I'll stay far away from this. Perhaps if they actually disclosed what they are having your computer crunch I would think differently. Financial stuff could mean many things.


----------



## Athlon2K15 (Feb 17, 2011)

Malware!  Beware!


----------



## Compute4Cash (Feb 17, 2011)

@PVTCaboose1337 - The SMTP/POP stuff you found in the code comes from the library we compile against that handles our http connections.  That library apparently was built with SMTP and POP support in addition to HTTP support.

The filename you found a reference to is not a file that you will actually find on your computer - it only exists on our build machine as it is the debug database from visual studio.  Just google "visual studio .pdb" and you will find out all about .pdb files.

The Compute4Cash client does not ever read any files off of the hard drive, except for the Compute4Cash.ini file when the client starts up.  You can verify this with any number of tools if you like, that will prove to you that your personal info on your HD is safe.  


@SneekyPeet - you are absolutely right about making monthly payments rather than paying upfront.  We have invested in several dual 5970 machines ourselves, but it makes more sense to us to rent the hardware from users around the world rather than investing further in our own hardware.  We may buy some Radeon 6990 cards when they come out though 


@Scaminatrix - you say that the time/effort/money you put into Compute4Cash isn't reflected in the payments, but I don't understand how you can think that.  How much effort is required to register, download the program, and run it?  Seems pretty simple to me...  In fact, as others have said, it seems to good to be true.  We have however delivered payments to several users so there are people out on the net somewhere that can vouch for us.


@n-ster - sorry to here about your experience, that is a real shame.  That doesn't have anything to do with Compute4Cash though, that is a problem with the AMD drivers.  We have experienced many problems with the AMD drivers ourselves and we've had to reinstall the OS several times on a few systems during our testing of different driver versions.  Also in your thread you mentioned a concern about a dll - our Compute4Cash client does not come with any DLLs so this must have been related to the drivers you were installing.

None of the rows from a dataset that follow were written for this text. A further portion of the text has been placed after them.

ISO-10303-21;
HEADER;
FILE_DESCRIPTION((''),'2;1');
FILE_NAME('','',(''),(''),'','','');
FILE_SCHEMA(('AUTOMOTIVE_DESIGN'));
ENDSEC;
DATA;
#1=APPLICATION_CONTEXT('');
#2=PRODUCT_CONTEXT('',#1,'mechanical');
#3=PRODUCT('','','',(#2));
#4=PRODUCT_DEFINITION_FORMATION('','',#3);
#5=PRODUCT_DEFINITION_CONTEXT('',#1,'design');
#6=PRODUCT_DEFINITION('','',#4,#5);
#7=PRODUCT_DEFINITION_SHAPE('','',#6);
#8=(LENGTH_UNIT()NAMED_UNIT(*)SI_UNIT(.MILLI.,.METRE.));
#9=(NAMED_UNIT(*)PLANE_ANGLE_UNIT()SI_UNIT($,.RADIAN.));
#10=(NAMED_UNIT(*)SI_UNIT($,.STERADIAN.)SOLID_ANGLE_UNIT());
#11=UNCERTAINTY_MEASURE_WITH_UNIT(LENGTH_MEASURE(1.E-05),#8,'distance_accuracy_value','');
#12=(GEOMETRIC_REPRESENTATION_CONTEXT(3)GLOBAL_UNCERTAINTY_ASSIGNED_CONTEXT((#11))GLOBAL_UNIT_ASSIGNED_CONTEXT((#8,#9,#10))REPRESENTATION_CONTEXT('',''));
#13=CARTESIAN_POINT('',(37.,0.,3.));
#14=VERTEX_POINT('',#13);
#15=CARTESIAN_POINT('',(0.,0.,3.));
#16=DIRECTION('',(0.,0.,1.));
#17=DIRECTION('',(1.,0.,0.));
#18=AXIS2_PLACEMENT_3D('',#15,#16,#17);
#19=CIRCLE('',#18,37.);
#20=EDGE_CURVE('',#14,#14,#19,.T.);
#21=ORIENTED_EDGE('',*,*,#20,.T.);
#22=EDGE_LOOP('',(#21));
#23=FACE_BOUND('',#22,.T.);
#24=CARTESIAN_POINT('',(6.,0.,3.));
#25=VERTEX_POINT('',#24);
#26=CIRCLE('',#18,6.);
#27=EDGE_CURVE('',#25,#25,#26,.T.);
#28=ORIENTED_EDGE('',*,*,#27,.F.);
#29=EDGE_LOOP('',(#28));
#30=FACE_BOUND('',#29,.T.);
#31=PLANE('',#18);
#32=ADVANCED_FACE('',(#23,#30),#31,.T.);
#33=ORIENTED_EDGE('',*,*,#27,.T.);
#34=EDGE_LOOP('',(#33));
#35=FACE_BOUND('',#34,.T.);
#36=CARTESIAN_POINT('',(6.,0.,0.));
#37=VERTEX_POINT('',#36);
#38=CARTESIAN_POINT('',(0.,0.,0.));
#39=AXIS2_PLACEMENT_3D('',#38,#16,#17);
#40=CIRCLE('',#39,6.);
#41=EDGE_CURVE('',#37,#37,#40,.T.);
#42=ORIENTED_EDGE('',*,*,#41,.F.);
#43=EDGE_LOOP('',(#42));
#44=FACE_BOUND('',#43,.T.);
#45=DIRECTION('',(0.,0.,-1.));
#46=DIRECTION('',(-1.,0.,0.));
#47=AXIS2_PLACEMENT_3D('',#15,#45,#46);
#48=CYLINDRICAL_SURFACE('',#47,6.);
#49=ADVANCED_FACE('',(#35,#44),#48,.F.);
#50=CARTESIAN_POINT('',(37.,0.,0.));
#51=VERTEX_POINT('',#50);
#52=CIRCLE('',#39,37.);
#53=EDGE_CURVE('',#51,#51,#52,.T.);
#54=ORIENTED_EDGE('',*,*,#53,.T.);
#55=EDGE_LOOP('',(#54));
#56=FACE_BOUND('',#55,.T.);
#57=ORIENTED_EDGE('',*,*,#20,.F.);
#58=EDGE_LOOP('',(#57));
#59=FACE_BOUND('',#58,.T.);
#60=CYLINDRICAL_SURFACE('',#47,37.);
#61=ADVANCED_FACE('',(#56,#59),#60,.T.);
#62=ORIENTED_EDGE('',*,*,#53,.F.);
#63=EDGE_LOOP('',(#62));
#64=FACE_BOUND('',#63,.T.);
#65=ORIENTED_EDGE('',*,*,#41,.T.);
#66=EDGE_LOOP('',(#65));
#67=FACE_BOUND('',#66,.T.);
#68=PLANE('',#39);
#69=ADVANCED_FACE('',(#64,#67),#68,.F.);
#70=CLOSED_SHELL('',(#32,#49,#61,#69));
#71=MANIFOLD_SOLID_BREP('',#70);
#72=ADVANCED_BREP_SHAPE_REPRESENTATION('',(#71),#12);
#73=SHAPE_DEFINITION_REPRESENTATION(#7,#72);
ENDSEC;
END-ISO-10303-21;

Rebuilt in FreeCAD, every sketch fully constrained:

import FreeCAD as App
import Part
import Sketcher

doc = App.newDocument("Part")
body = doc.addObject("PartDesign::Body", "Body")

# Sketch on XY plane
sketch1 = body.newObject("Sketcher::SketchObject", "Sketch")
sketch1.AttachmentSupport = (doc.getObject("XY_Plane"), [""])
sketch1.MapMode = "FlatFace"
sketch1.addGeometry(Part.Circle(App.Vector(0, 0, 0), App.Vector(0, 0, 1), 37), False)
sketch1.addGeometry(Part.Circle(App.Vector(0, 0, 0), App.Vector(0, 0, 1), 6), False)
sketch1.addConstraint(Sketcher.Constraint("Coincident", 0, 3, -1, 1))
sketch1.addConstraint(Sketcher.Constraint("Coincident", 1, 3, -1, 1))
sketch1.addConstraint(Sketcher.Constraint("Diameter", 0, 74.0))
sketch1.addConstraint(Sketcher.Constraint("Diameter", 1, 12.0))
pad1 = body.newObject("PartDesign::Pad", "Pad")
pad1.Profile = sketch1
pad1.Length = 3

doc.recompute()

@AthlonX2 - There is no spyware/adware/malware of any kind in the Compute4Cash client.  Why do you think there is?


----------



## PVTCaboose1337 (Feb 17, 2011)

Compute4Cash said:


> @PVTCaboose1337 - The SMTP/POP stuff you found in the code comes from the library we compile against that handles our http connections.  That library apparently was built with SMTP and POP support in addition to HTTP support.
> 
> The filename you found a reference to is not a file that you will actually find on your computer - it only exists on our build machine as it is the debug database from visual studio.  Just google "visual studio .pdb" and you will find out all about .pdb files.
> 
> ...



Can you give us an idea of what you are doing?  You have a reason to be secretive, so therefore I think you are doing something illegal.  Please PM me what you do and I will promise not to reveal to the community, pinky swear.  

But in all seriousness, can you post your source code to show us this is legit?  If the program is legit, I am sure a whole lot of TPU'ers would do this!  We would love to support you, we just don't trust you.


----------



## marvelous211 (Feb 17, 2011)

Is this trap or not?

I want to make some money.  All utilities included in our rent.


----------



## Compute4Cash (Feb 17, 2011)

@marvelous211 - no, this is certainly not a trap.  You can stop the Compute4Cash client at any point if you choose to.  The Compute4Cash opportunity works exactly the way it is described on the website: http://www.compute4cash.com.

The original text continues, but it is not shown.